§ **Exercise aim**
Take the entries below and print only the lines from the one with "#58=EDGE_LOOP('',(#57));" through the one with "#85=VERTEX_POINT('',#84);", exactly as they stand, both ends included.

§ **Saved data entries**
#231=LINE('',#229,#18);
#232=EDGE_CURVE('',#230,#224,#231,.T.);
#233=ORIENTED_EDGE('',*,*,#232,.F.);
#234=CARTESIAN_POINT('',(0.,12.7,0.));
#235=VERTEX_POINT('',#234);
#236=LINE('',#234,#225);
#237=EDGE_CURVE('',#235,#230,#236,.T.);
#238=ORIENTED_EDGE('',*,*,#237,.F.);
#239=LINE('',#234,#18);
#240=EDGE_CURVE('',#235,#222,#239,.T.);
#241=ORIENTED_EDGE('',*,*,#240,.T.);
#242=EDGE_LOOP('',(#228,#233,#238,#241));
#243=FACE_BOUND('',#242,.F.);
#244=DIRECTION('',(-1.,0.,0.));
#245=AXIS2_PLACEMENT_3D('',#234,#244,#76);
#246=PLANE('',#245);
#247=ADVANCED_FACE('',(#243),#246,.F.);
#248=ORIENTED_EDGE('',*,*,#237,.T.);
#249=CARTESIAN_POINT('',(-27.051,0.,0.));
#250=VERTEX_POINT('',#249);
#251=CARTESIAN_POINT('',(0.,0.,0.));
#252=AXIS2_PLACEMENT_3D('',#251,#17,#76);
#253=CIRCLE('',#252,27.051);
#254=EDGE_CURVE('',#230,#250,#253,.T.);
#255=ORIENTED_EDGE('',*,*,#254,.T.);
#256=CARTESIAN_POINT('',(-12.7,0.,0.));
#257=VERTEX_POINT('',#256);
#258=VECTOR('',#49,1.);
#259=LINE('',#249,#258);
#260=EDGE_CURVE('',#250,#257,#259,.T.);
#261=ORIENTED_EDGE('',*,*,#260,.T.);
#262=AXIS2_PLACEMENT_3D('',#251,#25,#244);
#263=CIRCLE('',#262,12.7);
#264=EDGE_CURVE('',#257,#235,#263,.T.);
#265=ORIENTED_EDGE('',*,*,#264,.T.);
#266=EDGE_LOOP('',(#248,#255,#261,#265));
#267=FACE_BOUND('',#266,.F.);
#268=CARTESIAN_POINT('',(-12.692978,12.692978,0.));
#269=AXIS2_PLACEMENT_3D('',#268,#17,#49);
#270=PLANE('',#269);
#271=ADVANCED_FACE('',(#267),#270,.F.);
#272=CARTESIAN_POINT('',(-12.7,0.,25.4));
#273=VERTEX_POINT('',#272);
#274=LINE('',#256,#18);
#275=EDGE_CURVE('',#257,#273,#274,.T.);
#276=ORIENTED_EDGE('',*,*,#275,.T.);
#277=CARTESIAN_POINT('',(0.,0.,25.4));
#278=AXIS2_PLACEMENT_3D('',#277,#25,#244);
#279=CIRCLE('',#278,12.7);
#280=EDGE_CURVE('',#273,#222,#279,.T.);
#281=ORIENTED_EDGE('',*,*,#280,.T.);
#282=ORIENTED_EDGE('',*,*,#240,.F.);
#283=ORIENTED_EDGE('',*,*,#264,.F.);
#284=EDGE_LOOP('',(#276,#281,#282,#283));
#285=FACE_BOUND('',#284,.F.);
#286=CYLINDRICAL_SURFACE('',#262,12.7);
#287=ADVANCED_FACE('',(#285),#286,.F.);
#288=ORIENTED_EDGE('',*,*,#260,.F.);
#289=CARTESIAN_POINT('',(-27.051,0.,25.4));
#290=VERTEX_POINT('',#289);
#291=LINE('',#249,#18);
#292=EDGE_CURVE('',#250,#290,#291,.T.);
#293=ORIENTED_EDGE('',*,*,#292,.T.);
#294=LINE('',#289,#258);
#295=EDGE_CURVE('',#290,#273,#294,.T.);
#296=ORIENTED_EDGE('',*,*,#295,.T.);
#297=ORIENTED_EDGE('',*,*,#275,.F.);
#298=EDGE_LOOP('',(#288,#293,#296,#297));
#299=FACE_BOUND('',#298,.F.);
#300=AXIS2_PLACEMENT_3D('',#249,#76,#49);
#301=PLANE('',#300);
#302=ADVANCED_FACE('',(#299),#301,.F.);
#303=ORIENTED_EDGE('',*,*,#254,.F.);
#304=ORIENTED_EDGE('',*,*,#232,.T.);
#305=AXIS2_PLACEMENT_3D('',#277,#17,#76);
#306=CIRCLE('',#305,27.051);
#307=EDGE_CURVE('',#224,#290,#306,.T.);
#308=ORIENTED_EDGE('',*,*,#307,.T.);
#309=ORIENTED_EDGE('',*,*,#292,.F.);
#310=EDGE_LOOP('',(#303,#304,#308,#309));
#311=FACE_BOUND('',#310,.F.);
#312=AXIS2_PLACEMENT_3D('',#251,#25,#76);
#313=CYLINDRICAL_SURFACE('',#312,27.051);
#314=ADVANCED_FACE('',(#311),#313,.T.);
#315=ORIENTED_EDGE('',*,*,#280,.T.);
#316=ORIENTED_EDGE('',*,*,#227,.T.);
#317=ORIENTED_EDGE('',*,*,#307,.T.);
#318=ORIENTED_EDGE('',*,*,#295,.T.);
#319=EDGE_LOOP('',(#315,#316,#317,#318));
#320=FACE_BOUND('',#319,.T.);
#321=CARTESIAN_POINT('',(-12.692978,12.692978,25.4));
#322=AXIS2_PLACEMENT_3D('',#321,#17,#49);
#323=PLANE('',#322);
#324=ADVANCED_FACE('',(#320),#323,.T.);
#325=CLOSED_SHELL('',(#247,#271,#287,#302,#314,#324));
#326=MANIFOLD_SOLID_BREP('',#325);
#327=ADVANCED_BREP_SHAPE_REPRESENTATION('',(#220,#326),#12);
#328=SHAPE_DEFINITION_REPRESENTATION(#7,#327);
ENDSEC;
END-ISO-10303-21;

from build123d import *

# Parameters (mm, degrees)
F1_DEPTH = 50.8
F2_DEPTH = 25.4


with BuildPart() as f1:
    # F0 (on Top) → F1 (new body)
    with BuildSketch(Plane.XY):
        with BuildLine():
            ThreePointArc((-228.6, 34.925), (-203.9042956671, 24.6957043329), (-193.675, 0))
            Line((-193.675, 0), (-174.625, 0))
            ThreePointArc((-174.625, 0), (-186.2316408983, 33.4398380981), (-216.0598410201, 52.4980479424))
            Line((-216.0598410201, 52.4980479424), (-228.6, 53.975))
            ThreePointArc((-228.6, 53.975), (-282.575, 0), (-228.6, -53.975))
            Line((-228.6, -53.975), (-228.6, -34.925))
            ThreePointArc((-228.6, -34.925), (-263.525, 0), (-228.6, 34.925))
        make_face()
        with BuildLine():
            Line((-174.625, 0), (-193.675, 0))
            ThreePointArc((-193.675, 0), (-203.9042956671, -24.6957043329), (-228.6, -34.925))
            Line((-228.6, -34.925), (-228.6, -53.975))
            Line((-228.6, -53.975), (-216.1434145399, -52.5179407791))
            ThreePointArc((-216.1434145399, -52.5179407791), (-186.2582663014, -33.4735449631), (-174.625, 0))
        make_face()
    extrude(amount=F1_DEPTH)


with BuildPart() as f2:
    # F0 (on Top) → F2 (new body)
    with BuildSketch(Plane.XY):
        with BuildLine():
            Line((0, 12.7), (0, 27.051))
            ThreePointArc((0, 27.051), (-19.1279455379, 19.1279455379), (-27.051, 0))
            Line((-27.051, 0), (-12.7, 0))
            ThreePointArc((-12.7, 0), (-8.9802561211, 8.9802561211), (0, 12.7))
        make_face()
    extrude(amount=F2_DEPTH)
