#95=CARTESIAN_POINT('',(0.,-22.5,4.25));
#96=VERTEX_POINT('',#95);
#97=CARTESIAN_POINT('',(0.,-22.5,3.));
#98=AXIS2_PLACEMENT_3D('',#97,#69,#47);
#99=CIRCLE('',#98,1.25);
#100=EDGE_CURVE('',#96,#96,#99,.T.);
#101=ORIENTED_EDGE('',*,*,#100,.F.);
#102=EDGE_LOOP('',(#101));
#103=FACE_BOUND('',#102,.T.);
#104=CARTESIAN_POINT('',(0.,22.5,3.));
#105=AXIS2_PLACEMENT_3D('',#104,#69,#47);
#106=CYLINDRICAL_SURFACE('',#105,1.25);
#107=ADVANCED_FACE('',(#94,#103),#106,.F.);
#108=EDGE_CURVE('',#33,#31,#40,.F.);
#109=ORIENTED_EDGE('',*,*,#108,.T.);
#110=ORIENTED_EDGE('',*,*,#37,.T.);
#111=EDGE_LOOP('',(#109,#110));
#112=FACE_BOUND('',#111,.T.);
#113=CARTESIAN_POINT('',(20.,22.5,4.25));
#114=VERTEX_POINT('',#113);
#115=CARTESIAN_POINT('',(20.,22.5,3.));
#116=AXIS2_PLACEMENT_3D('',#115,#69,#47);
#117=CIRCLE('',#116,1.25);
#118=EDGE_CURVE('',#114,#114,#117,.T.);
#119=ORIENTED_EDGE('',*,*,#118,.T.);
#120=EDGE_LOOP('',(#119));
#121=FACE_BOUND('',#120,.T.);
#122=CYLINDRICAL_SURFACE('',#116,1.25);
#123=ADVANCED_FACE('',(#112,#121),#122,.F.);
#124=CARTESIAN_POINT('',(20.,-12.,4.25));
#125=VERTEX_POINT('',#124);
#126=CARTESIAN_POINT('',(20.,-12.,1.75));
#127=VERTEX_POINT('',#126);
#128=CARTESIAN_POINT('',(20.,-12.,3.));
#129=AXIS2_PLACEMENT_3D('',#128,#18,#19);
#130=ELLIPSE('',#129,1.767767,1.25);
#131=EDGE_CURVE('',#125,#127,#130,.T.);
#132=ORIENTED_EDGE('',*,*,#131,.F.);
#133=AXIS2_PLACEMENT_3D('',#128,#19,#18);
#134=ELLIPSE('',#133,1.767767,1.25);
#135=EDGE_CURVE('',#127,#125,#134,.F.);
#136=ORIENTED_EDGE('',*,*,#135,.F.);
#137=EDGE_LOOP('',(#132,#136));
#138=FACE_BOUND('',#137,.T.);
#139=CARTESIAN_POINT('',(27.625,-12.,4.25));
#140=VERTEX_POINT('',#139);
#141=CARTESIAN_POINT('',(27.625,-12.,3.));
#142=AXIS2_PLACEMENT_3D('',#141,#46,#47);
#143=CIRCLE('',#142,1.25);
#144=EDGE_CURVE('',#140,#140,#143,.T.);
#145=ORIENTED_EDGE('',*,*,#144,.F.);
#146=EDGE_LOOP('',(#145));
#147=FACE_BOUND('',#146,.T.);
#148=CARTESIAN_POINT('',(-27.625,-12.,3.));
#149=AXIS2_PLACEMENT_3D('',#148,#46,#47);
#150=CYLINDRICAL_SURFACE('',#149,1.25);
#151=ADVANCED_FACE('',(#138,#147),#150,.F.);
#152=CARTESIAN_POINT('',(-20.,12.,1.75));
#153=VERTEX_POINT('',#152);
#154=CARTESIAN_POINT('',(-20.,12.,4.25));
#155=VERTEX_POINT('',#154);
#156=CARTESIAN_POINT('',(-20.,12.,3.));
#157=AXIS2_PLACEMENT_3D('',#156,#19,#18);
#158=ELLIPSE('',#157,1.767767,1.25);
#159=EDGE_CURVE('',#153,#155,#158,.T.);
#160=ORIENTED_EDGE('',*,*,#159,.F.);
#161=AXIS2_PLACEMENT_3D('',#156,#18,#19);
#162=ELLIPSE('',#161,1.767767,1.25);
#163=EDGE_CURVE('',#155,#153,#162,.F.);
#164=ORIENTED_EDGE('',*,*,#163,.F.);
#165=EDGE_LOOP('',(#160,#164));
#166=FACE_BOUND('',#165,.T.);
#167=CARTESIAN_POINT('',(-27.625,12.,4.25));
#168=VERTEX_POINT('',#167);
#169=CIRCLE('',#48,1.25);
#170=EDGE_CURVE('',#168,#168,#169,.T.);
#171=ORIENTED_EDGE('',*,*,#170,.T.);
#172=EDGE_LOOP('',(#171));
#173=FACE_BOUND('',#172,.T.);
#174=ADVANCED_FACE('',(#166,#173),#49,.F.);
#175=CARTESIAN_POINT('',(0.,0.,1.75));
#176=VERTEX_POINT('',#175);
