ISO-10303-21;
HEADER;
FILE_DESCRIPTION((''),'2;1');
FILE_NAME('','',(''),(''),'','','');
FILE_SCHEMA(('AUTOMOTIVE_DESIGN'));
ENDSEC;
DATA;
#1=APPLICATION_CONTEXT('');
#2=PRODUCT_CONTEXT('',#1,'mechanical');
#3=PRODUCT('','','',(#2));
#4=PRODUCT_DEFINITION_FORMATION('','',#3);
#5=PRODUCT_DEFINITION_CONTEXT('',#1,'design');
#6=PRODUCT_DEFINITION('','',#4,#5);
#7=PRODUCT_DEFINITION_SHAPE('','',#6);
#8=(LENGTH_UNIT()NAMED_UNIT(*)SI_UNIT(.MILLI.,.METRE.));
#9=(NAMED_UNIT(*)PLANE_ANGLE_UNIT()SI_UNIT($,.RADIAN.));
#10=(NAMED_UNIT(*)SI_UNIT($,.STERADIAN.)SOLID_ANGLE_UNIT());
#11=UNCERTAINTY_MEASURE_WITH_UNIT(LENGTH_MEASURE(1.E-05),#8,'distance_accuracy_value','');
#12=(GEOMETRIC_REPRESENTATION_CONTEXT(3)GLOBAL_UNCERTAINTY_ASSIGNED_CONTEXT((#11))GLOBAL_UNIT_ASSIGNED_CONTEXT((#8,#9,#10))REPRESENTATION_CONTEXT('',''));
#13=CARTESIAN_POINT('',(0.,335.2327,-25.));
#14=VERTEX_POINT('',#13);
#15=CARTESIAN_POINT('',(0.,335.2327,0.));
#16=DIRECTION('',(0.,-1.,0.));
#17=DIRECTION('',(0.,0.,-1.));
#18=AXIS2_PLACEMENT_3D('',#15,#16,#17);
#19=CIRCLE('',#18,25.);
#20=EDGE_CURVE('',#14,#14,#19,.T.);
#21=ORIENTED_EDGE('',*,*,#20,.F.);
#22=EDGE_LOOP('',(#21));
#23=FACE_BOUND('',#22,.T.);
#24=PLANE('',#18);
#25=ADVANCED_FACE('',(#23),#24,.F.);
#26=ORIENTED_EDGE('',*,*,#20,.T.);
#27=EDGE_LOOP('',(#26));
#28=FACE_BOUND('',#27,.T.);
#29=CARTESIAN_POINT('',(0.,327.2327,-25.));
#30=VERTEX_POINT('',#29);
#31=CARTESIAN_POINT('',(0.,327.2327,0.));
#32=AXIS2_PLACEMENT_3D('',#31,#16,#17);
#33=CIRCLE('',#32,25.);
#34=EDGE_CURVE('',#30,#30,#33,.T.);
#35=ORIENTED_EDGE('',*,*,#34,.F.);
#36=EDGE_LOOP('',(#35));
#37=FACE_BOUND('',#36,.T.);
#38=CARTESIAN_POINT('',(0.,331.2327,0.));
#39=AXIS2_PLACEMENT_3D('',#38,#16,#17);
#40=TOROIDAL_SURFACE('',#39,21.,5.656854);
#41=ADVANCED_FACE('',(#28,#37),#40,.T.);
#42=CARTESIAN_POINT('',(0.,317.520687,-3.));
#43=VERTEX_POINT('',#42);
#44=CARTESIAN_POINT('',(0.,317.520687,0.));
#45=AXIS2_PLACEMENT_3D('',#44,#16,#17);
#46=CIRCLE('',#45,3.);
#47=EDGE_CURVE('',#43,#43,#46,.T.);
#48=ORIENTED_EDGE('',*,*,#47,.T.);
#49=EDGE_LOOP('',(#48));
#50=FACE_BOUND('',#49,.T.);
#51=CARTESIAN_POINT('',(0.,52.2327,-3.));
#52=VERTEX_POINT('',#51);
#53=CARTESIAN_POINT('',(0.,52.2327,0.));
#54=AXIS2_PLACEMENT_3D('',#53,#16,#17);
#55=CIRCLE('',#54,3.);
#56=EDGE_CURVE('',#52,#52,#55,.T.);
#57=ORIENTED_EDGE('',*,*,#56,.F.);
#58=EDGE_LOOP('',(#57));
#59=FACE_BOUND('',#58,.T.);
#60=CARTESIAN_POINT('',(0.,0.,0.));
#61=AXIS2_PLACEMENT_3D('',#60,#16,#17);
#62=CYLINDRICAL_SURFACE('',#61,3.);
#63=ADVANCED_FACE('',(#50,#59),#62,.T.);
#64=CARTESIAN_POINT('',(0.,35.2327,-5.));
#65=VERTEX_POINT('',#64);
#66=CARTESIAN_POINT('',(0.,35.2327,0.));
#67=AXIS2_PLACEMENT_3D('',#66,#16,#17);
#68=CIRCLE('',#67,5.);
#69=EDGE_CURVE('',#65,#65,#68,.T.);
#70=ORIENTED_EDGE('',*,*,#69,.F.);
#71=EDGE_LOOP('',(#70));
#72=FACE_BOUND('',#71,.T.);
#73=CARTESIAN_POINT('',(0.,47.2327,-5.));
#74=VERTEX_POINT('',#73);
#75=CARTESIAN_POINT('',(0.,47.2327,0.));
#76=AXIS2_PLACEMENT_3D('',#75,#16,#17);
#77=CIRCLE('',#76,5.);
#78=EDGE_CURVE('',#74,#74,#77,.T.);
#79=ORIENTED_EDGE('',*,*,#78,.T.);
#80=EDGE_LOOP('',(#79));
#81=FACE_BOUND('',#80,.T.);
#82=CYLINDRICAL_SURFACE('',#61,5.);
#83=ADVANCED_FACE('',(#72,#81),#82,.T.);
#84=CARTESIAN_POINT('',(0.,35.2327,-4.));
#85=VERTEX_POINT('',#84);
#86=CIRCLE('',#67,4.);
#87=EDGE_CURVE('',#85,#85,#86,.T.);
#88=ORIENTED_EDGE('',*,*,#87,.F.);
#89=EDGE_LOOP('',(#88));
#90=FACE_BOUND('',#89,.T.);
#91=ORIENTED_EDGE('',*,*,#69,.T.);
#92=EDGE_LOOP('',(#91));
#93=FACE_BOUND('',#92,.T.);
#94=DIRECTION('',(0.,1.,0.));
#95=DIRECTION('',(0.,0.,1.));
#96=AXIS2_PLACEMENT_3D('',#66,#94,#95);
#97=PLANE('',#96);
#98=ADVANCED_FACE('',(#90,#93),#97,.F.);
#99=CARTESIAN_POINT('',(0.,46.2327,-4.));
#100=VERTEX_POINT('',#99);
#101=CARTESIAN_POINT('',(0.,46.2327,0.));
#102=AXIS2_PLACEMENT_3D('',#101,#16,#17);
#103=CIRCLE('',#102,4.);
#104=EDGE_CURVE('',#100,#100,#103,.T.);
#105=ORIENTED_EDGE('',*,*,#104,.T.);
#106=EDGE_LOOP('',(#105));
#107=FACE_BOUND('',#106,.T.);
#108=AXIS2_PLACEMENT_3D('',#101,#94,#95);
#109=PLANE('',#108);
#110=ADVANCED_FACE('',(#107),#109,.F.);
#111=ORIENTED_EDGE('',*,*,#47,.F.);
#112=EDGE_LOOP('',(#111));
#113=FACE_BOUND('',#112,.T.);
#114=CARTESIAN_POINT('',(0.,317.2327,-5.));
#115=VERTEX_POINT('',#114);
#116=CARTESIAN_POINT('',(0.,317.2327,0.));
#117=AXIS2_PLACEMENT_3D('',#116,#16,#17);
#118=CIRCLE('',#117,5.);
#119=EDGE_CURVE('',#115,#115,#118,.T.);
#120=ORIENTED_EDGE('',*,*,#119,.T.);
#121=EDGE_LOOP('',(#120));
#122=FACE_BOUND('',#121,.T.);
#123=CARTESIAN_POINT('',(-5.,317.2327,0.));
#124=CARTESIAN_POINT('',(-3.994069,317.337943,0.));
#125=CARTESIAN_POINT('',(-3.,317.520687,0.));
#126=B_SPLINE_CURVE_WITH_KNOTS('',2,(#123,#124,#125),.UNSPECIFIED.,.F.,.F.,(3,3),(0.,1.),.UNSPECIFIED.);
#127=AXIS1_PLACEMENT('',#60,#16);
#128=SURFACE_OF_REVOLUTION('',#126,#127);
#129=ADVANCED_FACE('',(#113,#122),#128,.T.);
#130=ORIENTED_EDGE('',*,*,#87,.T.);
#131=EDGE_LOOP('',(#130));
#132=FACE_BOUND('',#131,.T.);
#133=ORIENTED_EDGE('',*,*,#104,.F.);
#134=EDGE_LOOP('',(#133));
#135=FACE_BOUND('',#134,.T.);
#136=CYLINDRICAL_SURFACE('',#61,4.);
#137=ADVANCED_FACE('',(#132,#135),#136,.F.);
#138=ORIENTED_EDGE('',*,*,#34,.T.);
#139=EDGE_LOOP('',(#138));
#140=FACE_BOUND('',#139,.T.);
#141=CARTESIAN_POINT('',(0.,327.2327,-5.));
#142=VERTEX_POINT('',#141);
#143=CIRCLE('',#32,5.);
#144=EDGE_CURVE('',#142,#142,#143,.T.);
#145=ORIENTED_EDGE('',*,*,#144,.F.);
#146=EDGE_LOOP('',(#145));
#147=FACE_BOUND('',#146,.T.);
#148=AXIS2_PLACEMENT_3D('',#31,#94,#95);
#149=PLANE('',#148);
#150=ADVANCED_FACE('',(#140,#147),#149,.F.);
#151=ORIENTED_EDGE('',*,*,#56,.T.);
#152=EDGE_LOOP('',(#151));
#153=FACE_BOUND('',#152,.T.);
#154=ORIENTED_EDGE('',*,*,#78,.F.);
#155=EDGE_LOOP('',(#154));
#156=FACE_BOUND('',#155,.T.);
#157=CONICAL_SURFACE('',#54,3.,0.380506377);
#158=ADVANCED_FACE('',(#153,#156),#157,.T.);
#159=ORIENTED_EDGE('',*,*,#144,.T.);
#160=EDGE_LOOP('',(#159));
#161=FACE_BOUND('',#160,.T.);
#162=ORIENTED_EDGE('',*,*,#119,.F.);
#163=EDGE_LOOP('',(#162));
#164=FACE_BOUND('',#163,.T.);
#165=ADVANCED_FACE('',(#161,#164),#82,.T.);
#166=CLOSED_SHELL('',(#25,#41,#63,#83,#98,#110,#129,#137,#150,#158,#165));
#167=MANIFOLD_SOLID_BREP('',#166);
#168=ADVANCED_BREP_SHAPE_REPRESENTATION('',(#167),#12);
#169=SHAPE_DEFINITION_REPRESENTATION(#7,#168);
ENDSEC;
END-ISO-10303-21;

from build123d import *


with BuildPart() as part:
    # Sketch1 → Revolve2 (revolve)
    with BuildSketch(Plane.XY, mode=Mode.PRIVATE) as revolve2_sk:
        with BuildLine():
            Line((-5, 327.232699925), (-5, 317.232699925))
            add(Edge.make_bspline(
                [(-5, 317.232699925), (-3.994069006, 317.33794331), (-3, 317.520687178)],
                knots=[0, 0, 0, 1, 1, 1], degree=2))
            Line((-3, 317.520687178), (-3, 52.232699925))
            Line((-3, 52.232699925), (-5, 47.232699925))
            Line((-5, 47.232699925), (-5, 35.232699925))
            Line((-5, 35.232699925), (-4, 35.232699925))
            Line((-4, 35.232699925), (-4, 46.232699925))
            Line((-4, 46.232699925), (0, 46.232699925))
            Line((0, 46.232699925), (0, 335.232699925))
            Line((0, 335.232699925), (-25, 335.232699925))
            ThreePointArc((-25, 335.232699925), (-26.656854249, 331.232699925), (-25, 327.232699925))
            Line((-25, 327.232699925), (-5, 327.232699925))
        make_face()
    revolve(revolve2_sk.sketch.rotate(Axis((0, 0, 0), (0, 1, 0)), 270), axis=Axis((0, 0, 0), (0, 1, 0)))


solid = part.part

§ **Exercise answer**
#58=EDGE_LOOP('',(#57));
#59=FACE_BOUND('',#58,.T.);
#60=CARTESIAN_POINT('',(0.,0.,0.));
#61=AXIS2_PLACEMENT_3D('',#60,#16,#17);
#62=CYLINDRICAL_SURFACE('',#61,3.);
#63=ADVANCED_FACE('',(#50,#59),#62,.T.);
#64=CARTESIAN_POINT('',(0.,35.2327,-5.));
#65=VERTEX_POINT('',#64);
#66=CARTESIAN_POINT('',(0.,35.2327,0.));
#67=AXIS2_PLACEMENT_3D('',#66,#16,#17);
#68=CIRCLE('',#67,5.);
#69=EDGE_CURVE('',#65,#65,#68,.T.);
#70=ORIENTED_EDGE('',*,*,#69,.F.);
#71=EDGE_LOOP('',(#70));
#72=FACE_BOUND('',#71,.T.);
#73=CARTESIAN_POINT('',(0.,47.2327,-5.));
#74=VERTEX_POINT('',#73);
#75=CARTESIAN_POINT('',(0.,47.2327,0.));
#76=AXIS2_PLACEMENT_3D('',#75,#16,#17);
#77=CIRCLE('',#76,5.);
#78=EDGE_CURVE('',#74,#74,#77,.T.);
#79=ORIENTED_EDGE('',*,*,#78,.T.);
#80=EDGE_LOOP('',(#79));
#81=FACE_BOUND('',#80,.T.);
#82=CYLINDRICAL_SURFACE('',#61,5.);
#83=ADVANCED_FACE('',(#72,#81),#82,.T.);
#84=CARTESIAN_POINT('',(0.,35.2327,-4.));
#85=VERTEX_POINT('',#84);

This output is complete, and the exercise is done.